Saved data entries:
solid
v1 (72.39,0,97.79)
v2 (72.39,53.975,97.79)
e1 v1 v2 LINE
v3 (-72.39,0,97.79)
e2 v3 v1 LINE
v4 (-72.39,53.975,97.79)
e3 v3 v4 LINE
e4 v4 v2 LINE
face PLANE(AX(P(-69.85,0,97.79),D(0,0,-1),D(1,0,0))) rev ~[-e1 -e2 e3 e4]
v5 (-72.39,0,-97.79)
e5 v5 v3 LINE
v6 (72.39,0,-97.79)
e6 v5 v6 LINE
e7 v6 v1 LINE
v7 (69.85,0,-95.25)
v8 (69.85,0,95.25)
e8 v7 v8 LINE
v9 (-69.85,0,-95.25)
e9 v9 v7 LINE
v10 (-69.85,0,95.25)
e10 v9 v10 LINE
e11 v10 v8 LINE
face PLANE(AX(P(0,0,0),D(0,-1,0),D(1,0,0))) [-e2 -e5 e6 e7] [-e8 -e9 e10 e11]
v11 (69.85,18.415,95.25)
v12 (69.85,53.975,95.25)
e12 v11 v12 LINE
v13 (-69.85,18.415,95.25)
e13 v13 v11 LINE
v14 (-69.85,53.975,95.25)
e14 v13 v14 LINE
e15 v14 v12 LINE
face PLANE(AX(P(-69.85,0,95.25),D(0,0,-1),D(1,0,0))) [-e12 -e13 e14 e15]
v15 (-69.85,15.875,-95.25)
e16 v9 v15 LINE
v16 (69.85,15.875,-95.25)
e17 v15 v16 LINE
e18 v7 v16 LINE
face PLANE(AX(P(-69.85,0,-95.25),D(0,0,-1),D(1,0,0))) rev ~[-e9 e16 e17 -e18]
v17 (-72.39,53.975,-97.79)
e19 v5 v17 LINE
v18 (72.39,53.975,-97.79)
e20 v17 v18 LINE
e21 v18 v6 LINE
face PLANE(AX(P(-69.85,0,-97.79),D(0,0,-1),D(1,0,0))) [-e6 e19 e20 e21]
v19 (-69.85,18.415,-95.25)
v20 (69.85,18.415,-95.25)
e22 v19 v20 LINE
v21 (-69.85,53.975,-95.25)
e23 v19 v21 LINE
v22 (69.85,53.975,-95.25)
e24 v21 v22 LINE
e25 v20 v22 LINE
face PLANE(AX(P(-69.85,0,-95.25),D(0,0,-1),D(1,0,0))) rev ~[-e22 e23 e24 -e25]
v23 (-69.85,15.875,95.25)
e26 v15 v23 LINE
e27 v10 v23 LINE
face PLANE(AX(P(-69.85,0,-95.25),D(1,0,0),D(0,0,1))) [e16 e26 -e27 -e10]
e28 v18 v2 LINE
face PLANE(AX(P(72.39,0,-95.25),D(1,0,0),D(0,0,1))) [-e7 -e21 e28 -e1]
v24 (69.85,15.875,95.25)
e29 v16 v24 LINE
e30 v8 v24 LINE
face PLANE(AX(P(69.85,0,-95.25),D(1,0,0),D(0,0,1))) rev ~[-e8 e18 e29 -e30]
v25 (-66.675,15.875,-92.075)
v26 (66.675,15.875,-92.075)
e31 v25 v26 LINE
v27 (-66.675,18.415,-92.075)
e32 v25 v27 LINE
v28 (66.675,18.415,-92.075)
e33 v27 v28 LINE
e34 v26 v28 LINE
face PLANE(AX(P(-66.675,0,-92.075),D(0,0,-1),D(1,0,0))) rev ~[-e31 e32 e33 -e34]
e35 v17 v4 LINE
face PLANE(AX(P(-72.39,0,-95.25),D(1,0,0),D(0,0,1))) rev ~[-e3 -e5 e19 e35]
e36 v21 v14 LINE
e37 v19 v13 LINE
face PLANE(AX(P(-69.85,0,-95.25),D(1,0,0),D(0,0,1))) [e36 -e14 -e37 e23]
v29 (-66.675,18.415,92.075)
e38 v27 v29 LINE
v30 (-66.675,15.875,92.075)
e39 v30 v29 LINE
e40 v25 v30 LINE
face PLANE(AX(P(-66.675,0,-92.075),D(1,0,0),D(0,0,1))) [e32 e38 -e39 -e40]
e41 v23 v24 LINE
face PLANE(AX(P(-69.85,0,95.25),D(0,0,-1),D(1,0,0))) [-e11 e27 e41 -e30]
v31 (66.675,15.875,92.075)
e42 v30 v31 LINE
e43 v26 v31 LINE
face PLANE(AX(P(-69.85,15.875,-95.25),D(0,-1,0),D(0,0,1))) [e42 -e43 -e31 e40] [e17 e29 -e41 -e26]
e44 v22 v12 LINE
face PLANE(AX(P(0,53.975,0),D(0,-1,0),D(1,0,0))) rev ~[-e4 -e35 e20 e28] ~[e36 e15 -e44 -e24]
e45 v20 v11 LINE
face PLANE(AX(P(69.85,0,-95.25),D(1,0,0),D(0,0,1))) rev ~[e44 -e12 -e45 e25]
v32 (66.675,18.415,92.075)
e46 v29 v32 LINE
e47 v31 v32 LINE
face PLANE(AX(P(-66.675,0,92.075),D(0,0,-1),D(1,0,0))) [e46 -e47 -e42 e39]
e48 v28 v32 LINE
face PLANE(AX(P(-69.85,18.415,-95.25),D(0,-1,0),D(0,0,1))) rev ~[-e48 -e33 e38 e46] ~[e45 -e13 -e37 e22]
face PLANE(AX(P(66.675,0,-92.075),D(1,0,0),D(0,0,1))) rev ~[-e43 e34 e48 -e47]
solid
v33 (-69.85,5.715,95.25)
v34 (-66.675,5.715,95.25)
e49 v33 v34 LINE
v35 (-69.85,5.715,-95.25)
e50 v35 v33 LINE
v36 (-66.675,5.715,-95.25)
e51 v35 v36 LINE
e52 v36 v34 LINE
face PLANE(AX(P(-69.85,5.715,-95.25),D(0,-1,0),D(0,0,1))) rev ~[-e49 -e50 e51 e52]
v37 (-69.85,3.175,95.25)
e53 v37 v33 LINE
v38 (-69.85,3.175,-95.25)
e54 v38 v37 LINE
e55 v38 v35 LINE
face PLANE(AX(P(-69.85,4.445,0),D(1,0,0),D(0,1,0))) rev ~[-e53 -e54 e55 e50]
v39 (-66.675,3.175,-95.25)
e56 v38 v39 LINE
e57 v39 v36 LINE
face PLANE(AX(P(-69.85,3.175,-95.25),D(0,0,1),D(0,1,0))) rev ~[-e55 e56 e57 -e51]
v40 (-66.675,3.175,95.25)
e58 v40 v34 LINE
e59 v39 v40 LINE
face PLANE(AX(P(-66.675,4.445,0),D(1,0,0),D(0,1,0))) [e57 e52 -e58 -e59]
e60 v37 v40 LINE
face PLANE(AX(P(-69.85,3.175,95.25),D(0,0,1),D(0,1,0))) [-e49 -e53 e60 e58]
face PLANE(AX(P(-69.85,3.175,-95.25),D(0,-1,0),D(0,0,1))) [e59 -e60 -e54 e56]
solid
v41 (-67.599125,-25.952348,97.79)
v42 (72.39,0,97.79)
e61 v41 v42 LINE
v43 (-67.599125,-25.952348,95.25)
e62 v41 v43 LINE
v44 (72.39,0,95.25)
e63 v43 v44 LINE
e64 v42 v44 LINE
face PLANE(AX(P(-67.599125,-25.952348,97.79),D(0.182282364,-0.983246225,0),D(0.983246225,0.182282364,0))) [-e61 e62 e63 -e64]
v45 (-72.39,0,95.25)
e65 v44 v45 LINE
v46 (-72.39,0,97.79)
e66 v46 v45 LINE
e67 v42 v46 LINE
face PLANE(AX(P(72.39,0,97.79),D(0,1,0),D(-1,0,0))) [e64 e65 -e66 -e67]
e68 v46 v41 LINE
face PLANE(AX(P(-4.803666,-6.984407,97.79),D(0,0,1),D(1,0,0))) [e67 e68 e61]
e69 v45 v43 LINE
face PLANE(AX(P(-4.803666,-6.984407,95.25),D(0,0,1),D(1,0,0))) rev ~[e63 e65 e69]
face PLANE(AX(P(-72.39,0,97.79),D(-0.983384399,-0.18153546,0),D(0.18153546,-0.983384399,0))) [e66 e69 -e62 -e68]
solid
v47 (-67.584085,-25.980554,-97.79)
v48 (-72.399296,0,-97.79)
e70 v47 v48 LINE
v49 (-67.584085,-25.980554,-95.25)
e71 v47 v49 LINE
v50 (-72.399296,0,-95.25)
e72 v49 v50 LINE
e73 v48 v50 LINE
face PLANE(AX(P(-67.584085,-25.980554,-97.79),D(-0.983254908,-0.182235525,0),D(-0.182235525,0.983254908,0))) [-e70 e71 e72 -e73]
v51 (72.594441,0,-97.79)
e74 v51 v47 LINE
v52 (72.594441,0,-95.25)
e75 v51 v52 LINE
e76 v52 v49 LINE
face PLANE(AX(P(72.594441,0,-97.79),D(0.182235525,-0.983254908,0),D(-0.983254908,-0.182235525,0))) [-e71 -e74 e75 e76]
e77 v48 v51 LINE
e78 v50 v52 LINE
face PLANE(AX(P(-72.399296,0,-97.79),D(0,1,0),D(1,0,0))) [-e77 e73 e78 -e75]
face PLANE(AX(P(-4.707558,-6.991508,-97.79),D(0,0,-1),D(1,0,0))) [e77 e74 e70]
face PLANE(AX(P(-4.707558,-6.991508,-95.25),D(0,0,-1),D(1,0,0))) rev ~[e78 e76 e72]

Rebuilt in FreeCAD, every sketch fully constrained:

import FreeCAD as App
import Part
import Sketcher

V = App.Vector
Q = App.Units.Quantity


def faces_at(feature, points):
    """Names of the faces that lie closest to the given points."""
    faces = feature.Shape.Faces
    near = lambda p: min(range(len(faces)), key=lambda i: faces[i].distToShape(Part.Vertex(*p))[0])
    return sorted({f"Face{near(p) + 1}" for p in points})


def add_polygon(sketch, points):
    """Adds a closed chain of lines whose ends are joined by coincident constraints."""
    first, n = sketch.GeometryCount, len(points)
    for a, b in zip(points, points[1:] + points[:1]):
        sketch.addGeometry(Part.LineSegment(App.Vector(*a, 0), App.Vector(*b, 0)), False)
    for i in range(n):
        sketch.addConstraint(Sketcher.Constraint("Coincident", first + i, 2, first + (i + 1) % n, 1))

doc = App.newDocument("Part")
params = doc.addObject("Spreadsheet::Sheet", "Params")
for row, (alias, value) in enumerate([
    ("sketch1_width", "5.5 in"),
    ("sketch1_height", "7.5 in"),
    ("pad1_length", "2.125 in"),
    ("thickness_wall", "0.1 in"),
    ("sketch2_width", "0.1 in"),
    ("sketch2_height", "7.5 in"),
    ("sketch3_width", "5.25 in"),
    ("sketch3_height", "7.25 in"),
    ("pocket1_length", "3 in"),
    ("sketch4_width", "0.1 in"),
    ("sketch4_height", "7.5 in"),
    ("pad3_length", "0.125 in"),
    ("pad4_length", "0.1 in"),
    ("sketch6_width", "5.7 in"),
    ("pad5_length", "0.1 in"),
], start=1):
    params.set(f"A{row}", alias)
    params.set(f"B{row}", "=" + value)
    params.setAlias(f"B{row}", alias)

body = doc.addObject("PartDesign::Body", "Body")

# Sketch on XZ plane
sketch1 = body.newObject("Sketcher::SketchObject", "Sketch")
sketch1.AttachmentSupport = (doc.getObject("XZ_Plane"), [""])
sketch1.MapMode = "FlatFace"
add_polygon(sketch1, [(-70, 95), (-70, -95), (70, -95), (70, 95)])  # lines 0-3
sketch1.addConstraint(Sketcher.Constraint("Vertical", 0))
sketch1.addConstraint(Sketcher.Constraint("Horizontal", 1))
sketch1.addConstraint(Sketcher.Constraint("Vertical", 2))
sketch1.addConstraint(Sketcher.Constraint("Horizontal", 3))
sketch1.addConstraint(Sketcher.Constraint("Symmetric", 0, 2, 2, 2, -1, 1))
sketch1.addConstraint(Sketcher.Constraint("DistanceX", 1, 1, 1, 2, Q("5.5 in")))
sketch1.addConstraint(Sketcher.Constraint("DistanceY", 0, 2, 0, 1, Q("7.5 in")))
sketch1.setExpression("Constraints[9]", "Params.sketch1_width")
sketch1.setExpression("Constraints[10]", "Params.sketch1_height")
pad1 = body.newObject("PartDesign::Pad", "Pad")
pad1.Profile = sketch1
pad1.setExpression("Length", "Params.pad1_length")
pad1.Reversed = True
doc.recompute()

thickness = body.newObject("PartDesign::Thickness", "Thickness")
thickness.Base = (pad1, faces_at(pad1, [(0, 0, 0), (0, 53.975, 0)]))
thickness.setExpression("Value", "Params.thickness_wall")
thickness.Reversed = False
thickness.Join = "Intersection"

# Sketch on YZ plane
sketch2 = body.newObject("Sketcher::SketchObject", "Sketch001")
sketch2.AttachmentSupport = (doc.getObject("YZ_Plane"), [""])
sketch2.MapMode = "FlatFace"
sketch2.AttachmentOffset = App.Placement(V(0, 0, -2.75 * 25.4), App.Rotation())
add_polygon(sketch2, [(15.9, 95.2), (15.9, -95.2), (18.4, -95.2), (18.4, 95.2)])  # lines 0-3
sketch2.addConstraint(Sketcher.Constraint("Vertical", 0))
sketch2.addConstraint(Sketcher.Constraint("Horizontal", 1))
sketch2.addConstraint(Sketcher.Constraint("Vertical", 2))
sketch2.addConstraint(Sketcher.Constraint("Horizontal", 3))
sketch2.addConstraint(Sketcher.Constraint("DistanceX", 1, 1, 1, 2, Q("0.1 in")))
sketch2.addConstraint(Sketcher.Constraint("DistanceY", 0, 2, 0, 1, Q("7.5 in")))
sketch2.addConstraint(Sketcher.Constraint("DistanceY", 0, 2, -1, 1, Q("3.75 in")))
sketch2.addConstraint(Sketcher.Constraint("DistanceX", -1, 1, 0, 2, Q("0.625 in")))
sketch2.setExpression("Constraints[8]", "Params.sketch2_width")
sketch2.setExpression("Constraints[9]", "Params.sketch2_height")
pad2 = body.newObject("PartDesign::Pad", "Pad001")
pad2.Profile = sketch2
pad2.Type = "UpToLast"

# Sketch on XZ plane
sketch3 = body.newObject("Sketcher::SketchObject", "Sketch002")
sketch3.AttachmentSupport = (doc.getObject("XZ_Plane"), [""])
sketch3.MapMode = "FlatFace"
add_polygon(sketch3, [(-67, 92), (-67, -92), (67, -92), (67, 92)])  # lines 0-3
sketch3.addConstraint(Sketcher.Constraint("Vertical", 0))
sketch3.addConstraint(Sketcher.Constraint("Horizontal", 1))
sketch3.addConstraint(Sketcher.Constraint("Vertical", 2))
sketch3.addConstraint(Sketcher.Constraint("Horizontal", 3))
sketch3.addConstraint(Sketcher.Constraint("Symmetric", 0, 2, 2, 2, -1, 1))
sketch3.addConstraint(Sketcher.Constraint("DistanceX", 1, 1, 1, 2, Q("5.25 in")))
sketch3.addConstraint(Sketcher.Constraint("DistanceY", 0, 2, 0, 1, Q("7.25 in")))
sketch3.setExpression("Constraints[9]", "Params.sketch3_width")
sketch3.setExpression("Constraints[10]", "Params.sketch3_height")
pocket1 = body.newObject("PartDesign::Pocket", "Pocket")
pocket1.Profile = sketch3
pocket1.setExpression("Length", "Params.pocket1_length")
body2 = doc.addObject("PartDesign::Body", "Body001")

# Sketch on YZ plane
sketch4 = body2.newObject("Sketcher::SketchObject", "Sketch003")
sketch4.AttachmentSupport = (doc.getObject("YZ_Plane001"), [""])
sketch4.MapMode = "FlatFace"
sketch4.AttachmentOffset = App.Placement(V(0, 0, -2.75 * 25.4), App.Rotation())
add_polygon(sketch4, [(3.2, 95.2), (3.2, -95.2), (5.7, -95.2), (5.7, 95.2)])  # lines 0-3
sketch4.addConstraint(Sketcher.Constraint("Vertical", 0))
sketch4.addConstraint(Sketcher.Constraint("Horizontal", 1))
sketch4.addConstraint(Sketcher.Constraint("Vertical", 2))
sketch4.addConstraint(Sketcher.Constraint("Horizontal", 3))
sketch4.addConstraint(Sketcher.Constraint("DistanceX", 1, 1, 1, 2, Q("0.1 in")))
sketch4.addConstraint(Sketcher.Constraint("DistanceY", 0, 2, 0, 1, Q("7.5 in")))
sketch4.addConstraint(Sketcher.Constraint("DistanceY", 0, 2, -1, 1, Q("3.75 in")))
sketch4.addConstraint(Sketcher.Constraint("DistanceX", -1, 1, 0, 2, Q("0.125 in")))
sketch4.setExpression("Constraints[8]", "Params.sketch4_width")
sketch4.setExpression("Constraints[9]", "Params.sketch4_height")
pad3 = body2.newObject("PartDesign::Pad", "Pad002")
pad3.Profile = sketch4
pad3.setExpression("Length", "Params.pad3_length")
body3 = doc.addObject("PartDesign::Body", "Body002")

**Exercise requirements**
From the entries above, write out only the lines starting at the line that holds "e5 v5 v3 LINE" and ending at the line that holds "e15 v14 v12 LINE", keeping both and matching them exactly.

**Expected answer**
e5 v5 v3 LINE
v6 (72.39,0,-97.79)
e6 v5 v6 LINE
e7 v6 v1 LINE
v7 (69.85,0,-95.25)
v8 (69.85,0,95.25)
e8 v7 v8 LINE
v9 (-69.85,0,-95.25)
e9 v9 v7 LINE
v10 (-69.85,0,95.25)
e10 v9 v10 LINE
e11 v10 v8 LINE
face PLANE(AX(P(0,0,0),D(0,-1,0),D(1,0,0))) [-e2 -e5 e6 e7] [-e8 -e9 e10 e11]
v11 (69.85,18.415,95.25)
v12 (69.85,53.975,95.25)
e12 v11 v12 LINE
v13 (-69.85,18.415,95.25)
e13 v13 v11 LINE
v14 (-69.85,53.975,95.25)
e14 v13 v14 LINE
e15 v14 v12 LINE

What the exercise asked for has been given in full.